A trajetória humana indica um distanciamento das leis da selva, o que é bom. Já houve um tempo em que até canhotos eram mortos por serem diferentes, mas o esforço do intelecto na direção de uma sociedade mais igualitária é evidente. Os Seres Humanos menos favorecidos ganharam muito com uma ética de maior sofisticação moral. A escravidão é fortemente combatida pela legislação e está quase erradicada. As mulheres têm direito a voto com o mesmo valor dos homens. As crianças são protegidas do trabalho. Os idosos são aposentados e mantém suas remunerações mesmo sem trabalhar. Os gays podem se relacionar abertamente e até casar formalmente. As minorias passaram a “empatar” no jogo social pois não há melhores ou piores, mas sim direitos iguais. Não devem existir vencedores ou perdedores na vida. Democracia é sobre isso, igualdade, fraternidade e liberdade, ensinamento cristão que foi adotado pelas repúblicas mais modernas. 

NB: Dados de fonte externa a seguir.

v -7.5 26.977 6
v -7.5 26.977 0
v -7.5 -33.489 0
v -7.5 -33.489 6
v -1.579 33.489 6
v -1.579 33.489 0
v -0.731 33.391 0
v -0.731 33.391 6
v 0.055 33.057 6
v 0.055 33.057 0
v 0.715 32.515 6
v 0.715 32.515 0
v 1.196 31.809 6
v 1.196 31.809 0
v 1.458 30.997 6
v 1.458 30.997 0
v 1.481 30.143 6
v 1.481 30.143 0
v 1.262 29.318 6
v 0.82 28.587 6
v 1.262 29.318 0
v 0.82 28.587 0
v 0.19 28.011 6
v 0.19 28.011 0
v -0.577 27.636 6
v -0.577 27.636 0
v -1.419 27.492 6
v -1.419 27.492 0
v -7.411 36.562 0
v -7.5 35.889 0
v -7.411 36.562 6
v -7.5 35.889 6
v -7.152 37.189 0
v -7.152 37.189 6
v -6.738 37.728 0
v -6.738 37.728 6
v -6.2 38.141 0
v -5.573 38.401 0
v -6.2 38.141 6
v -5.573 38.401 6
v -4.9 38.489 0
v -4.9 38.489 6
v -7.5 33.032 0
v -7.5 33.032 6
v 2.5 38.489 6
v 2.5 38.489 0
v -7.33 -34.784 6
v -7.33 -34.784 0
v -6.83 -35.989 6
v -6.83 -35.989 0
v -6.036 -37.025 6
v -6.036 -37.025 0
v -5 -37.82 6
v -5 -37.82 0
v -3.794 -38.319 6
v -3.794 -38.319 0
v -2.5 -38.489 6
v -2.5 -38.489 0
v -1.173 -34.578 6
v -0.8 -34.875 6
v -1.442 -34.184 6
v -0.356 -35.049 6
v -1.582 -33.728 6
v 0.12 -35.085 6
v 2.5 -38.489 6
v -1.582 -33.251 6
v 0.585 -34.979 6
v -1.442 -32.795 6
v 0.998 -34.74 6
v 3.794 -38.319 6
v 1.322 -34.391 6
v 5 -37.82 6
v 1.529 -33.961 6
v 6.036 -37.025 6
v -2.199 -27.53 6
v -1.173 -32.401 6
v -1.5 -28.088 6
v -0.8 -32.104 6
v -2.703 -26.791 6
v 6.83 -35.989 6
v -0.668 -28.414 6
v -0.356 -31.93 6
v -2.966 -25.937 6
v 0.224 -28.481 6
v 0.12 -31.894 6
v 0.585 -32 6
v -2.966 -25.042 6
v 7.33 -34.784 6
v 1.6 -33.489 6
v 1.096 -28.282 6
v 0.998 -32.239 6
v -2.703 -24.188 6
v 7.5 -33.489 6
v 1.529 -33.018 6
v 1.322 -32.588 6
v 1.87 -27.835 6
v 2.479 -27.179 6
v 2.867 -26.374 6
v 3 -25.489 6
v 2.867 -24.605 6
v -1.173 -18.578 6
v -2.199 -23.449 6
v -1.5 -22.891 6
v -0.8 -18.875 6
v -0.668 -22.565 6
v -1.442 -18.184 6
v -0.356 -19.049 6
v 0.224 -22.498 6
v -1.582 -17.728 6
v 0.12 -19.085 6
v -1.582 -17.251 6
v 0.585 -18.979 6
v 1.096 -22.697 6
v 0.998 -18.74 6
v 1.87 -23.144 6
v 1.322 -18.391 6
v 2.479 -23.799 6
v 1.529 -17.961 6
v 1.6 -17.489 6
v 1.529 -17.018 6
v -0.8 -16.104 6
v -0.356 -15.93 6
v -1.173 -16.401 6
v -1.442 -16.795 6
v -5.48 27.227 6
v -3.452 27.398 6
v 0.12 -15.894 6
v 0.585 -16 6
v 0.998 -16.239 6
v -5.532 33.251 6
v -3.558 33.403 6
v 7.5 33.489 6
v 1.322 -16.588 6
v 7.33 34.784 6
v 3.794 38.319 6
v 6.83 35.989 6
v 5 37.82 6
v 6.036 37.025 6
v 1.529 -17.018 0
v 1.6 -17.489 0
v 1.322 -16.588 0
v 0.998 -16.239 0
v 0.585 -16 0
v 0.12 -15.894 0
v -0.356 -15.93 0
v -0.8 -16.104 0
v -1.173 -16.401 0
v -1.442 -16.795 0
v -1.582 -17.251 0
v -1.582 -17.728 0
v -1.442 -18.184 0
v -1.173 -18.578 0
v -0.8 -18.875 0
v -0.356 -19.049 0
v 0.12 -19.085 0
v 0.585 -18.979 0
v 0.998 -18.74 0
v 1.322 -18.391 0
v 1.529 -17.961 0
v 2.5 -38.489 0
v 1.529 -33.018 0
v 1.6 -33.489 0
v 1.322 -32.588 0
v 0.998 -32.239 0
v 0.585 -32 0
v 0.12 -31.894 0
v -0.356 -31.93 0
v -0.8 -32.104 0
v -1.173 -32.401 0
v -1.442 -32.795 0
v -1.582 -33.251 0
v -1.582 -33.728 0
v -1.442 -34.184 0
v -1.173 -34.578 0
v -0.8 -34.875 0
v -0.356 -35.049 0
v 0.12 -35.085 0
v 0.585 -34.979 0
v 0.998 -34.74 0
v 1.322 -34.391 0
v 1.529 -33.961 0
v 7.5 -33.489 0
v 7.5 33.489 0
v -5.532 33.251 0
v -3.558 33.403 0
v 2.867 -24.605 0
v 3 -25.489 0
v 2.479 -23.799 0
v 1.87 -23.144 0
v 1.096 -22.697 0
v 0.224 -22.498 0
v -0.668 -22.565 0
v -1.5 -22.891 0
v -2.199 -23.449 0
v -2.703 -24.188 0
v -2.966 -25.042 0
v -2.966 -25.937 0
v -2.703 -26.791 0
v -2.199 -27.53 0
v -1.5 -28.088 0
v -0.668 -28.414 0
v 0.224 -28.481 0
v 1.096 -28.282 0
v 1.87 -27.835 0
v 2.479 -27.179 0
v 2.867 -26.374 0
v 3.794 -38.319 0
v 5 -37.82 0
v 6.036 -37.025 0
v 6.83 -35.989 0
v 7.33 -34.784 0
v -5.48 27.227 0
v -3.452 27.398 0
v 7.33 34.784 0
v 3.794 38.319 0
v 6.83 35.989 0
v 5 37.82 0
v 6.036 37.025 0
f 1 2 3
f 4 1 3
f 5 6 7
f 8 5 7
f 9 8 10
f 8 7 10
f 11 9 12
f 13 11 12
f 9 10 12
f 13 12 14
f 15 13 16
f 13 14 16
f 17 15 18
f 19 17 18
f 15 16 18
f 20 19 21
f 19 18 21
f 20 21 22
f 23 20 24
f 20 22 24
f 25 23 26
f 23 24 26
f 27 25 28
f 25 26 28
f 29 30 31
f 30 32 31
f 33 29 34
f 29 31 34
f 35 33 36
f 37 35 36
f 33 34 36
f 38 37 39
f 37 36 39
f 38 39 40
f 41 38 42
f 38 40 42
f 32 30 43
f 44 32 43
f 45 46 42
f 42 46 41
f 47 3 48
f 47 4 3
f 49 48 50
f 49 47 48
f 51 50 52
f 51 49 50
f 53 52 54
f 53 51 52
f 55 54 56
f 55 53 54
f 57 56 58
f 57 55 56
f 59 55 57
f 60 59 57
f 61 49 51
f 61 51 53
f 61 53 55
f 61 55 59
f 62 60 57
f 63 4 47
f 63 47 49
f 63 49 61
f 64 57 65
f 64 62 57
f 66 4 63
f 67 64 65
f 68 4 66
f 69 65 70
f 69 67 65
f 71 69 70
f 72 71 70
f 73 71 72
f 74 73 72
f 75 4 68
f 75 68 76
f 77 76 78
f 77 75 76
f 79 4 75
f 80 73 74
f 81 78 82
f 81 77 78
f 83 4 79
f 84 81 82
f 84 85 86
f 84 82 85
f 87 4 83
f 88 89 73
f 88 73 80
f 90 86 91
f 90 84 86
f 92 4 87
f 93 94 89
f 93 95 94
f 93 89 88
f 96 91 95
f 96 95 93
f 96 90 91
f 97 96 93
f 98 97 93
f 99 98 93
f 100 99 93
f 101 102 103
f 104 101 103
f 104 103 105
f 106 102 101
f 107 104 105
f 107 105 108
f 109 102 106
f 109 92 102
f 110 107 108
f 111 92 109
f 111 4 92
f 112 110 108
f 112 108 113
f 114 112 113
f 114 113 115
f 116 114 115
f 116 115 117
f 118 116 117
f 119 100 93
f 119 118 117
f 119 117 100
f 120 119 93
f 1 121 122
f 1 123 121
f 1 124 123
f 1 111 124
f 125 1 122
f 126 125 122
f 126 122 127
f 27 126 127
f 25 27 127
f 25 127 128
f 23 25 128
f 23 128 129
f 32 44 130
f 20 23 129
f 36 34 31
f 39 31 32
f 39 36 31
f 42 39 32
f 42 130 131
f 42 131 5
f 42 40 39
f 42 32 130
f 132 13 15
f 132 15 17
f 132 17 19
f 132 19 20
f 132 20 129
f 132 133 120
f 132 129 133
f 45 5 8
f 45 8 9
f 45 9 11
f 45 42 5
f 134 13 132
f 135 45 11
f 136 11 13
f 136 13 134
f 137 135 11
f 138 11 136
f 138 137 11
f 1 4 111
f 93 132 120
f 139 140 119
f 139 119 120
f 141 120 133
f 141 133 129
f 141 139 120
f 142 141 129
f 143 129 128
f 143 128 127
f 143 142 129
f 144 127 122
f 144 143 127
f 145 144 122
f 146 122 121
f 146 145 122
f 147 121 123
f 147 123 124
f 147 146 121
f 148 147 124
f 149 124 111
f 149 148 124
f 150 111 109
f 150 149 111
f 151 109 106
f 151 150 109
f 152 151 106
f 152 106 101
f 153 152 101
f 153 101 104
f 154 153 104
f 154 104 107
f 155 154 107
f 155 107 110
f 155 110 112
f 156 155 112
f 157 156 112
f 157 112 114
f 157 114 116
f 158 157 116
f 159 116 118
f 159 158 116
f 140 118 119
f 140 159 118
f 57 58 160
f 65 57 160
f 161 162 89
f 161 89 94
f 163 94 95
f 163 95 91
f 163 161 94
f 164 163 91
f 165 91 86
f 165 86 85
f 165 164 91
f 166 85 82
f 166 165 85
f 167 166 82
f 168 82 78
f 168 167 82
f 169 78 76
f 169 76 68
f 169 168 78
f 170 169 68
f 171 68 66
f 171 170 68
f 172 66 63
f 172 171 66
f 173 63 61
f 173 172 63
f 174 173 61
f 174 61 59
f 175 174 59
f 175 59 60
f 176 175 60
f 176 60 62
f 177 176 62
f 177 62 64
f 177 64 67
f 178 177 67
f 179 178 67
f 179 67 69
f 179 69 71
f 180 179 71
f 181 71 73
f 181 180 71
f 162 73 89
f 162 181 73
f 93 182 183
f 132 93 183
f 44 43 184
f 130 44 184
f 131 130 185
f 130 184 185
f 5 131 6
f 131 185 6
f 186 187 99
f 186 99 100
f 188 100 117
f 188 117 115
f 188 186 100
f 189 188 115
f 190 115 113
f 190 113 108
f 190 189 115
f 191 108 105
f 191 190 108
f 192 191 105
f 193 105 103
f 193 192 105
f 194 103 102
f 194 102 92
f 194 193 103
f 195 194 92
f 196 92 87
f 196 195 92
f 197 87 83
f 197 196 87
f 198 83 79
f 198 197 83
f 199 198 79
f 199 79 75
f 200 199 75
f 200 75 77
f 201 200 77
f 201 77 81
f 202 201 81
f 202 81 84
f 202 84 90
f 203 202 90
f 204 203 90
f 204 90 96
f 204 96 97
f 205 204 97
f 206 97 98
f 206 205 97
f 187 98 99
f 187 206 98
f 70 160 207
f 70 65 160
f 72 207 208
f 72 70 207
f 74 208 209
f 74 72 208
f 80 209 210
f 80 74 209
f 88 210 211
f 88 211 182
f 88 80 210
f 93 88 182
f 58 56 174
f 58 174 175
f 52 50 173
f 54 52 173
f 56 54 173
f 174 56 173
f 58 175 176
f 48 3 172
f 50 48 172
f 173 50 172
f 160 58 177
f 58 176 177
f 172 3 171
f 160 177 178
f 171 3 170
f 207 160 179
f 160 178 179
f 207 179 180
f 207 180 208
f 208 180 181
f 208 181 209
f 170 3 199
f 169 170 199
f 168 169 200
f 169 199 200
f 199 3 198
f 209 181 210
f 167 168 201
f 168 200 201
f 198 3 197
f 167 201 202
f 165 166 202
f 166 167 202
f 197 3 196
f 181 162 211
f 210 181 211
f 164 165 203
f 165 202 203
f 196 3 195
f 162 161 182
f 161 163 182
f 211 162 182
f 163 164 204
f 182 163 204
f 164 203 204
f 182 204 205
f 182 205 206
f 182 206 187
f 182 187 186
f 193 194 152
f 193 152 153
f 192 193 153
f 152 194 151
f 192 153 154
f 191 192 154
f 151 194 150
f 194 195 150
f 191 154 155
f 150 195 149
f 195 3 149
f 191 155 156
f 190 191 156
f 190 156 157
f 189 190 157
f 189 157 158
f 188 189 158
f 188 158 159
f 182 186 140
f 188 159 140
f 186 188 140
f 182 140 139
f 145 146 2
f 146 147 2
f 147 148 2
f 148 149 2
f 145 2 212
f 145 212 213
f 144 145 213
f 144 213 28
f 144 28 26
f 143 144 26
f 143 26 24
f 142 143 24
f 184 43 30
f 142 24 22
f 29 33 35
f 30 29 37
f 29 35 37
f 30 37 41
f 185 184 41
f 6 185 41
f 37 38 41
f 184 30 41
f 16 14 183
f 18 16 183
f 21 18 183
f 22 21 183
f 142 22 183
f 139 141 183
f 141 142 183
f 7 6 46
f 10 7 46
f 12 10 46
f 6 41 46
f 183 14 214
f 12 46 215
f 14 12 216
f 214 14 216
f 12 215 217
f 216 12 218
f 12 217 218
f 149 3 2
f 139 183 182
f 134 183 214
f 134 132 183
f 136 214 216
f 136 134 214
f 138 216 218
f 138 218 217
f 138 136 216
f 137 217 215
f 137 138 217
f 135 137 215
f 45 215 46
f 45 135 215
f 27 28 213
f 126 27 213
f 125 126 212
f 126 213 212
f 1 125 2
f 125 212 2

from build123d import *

# Parameters (mm, degrees)
ESBO_O1_R                = 1.6
ESBO_O1_R_2              = 3
RESSALTO_EXTRUS_O1_DEPTH = 6
FILETE1_R                = 5
FILETE2_R                = 2.6


with BuildPart() as part:
    # Esboço1 → Ressalto-extrusão1 (new body)
    with BuildSketch(Plane.XY):
        with BuildLine():
            Line((-7.5, 26.977225559), (-7.5, -38.489430519))
            Line((-7.5, -38.489430519), (7.5, -38.489430519))
            Line((7.5, -38.489430519), (7.5, 38.489430519))
            Line((7.5, 38.489430519), (-7.5, 38.489430519))
            Line((-7.5, 38.489430519), (-7.5, 33.031933101))
            ThreePointArc((-7.5, 33.031933101), (-4.54537196, 33.335220723), (-1.579224698, 33.489430519))
            ThreePointArc((-1.579224698, 33.489430519), (1.5, 30.570804942), (-1.418625577, 27.491580244))
            ThreePointArc((-1.418625577, 27.491580244), (-4.466722594, 27.322011321), (-7.5, 26.977225559))
        make_face()
        with Locations((0, -33.489430519)):
            Circle(ESBO_O1_R, mode=Mode.SUBTRACT)
        with Locations((0, -25.489430519)):
            Circle(ESBO_O1_R_2, mode=Mode.SUBTRACT)
        with Locations((0, -17.489430519)):
            Circle(ESBO_O1_R, mode=Mode.SUBTRACT)
    extrude(amount=RESSALTO_EXTRUS_O1_DEPTH)

    # Filete1
    filete1_edges = [part.edges().sort_by_distance(p)[0] for p in [
        (7.5, 38.489430519, 3),
        (7.5, -38.489430519, 3),
        (-7.5, -38.489430519, 3),
    ]]
    fillet(filete1_edges, radius=FILETE1_R)

    # Filete2
    filete2_edges = [part.edges().sort_by_distance(p)[0] for p in [
        (-7.5, 38.489430519, 3),
    ]]
    fillet(filete2_edges, radius=FILETE2_R)


solid = part.part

Na escola onde trabalho atualmente, tenho um aluno no oitavo ano que é filho de uma catadora de recicláveis. Vou chamá-lo de Maicon, que é um nome fictício para ele mas bem comum nas escolas públicas brasileiras devido a vassalagem cultural aos Estados Unidos. Imitar a pronúncia de algum nome estrangeiro, como o do cantor Michael Jackson, com grafia nacional, é bem normal, já tive muitos maicons. Esse Maicon é meu aluno desde os seis anos no prézinho, quando vinha orgulhosamente vestido com a fantasia de homem aranha, seu super herói preferido. Logo Maicon caiu na real e deixou de usar a fantasia de homem aranha, o vi nas madrugadas do verão catando latinhas nas lixeiras do bairro com sua mãe. Ele passou a vestir a fantasia dos super heróis dos adultos, dos vencedores da vida real, os jogadores de futebol, profissão que sonha exercer. Maicon, como qualquer brasileiro, ouve infinitas vezes, todos os dias, em qualquer televisor ligado, rádio, site ou jornal aberto sobre a mesa do bar, histórias de superação, de rapazes negros e favelados como ele, que chegaram lá, venceram através do esporte, enriqueceram, deram vida melhor para família, foram morar em países onde o nome Maicon já está na pronuncia correta. A história que contam sugere que é possível, basta se esforçar, seguir as regras, obedecer as autoridades, jogar honestamente! Maicon sonha em um dia também ser entrevistado pelo repórter do Globo Esporte, contar como saía com a mãe de madrugada, sob chuva, com fome, frio e sono, para catar latinhas, mas com muito esforço, ele conseguiu! Indo atrás desse sonho, Maicon se esforça, não falta às aulas, come na hora da merenda, repete e raspa o prato, obedece, me escuta com atenção, mas principalmente, aproveita todas as oportunidades para jogar bola. Antes da aula, no recreio, no fim da aula esperando o ônibus escolar, nas minhas aulas de Educação Física quando sobra um tempinho. Maicon vê no futebol sua única chance de sair da miséria, é isso que lhe é ensinado todos os dias, por todos os lados, a única forma de ser reconhecido como vencedor, na sociedade racista em que vive, que segrega por classe. Existem maicons aos milhares no Brasil, oprimidos que aceitam resignadamente as regras desse jogo excludente, que, como dizia Paulo Freire, sonham em virar opressor.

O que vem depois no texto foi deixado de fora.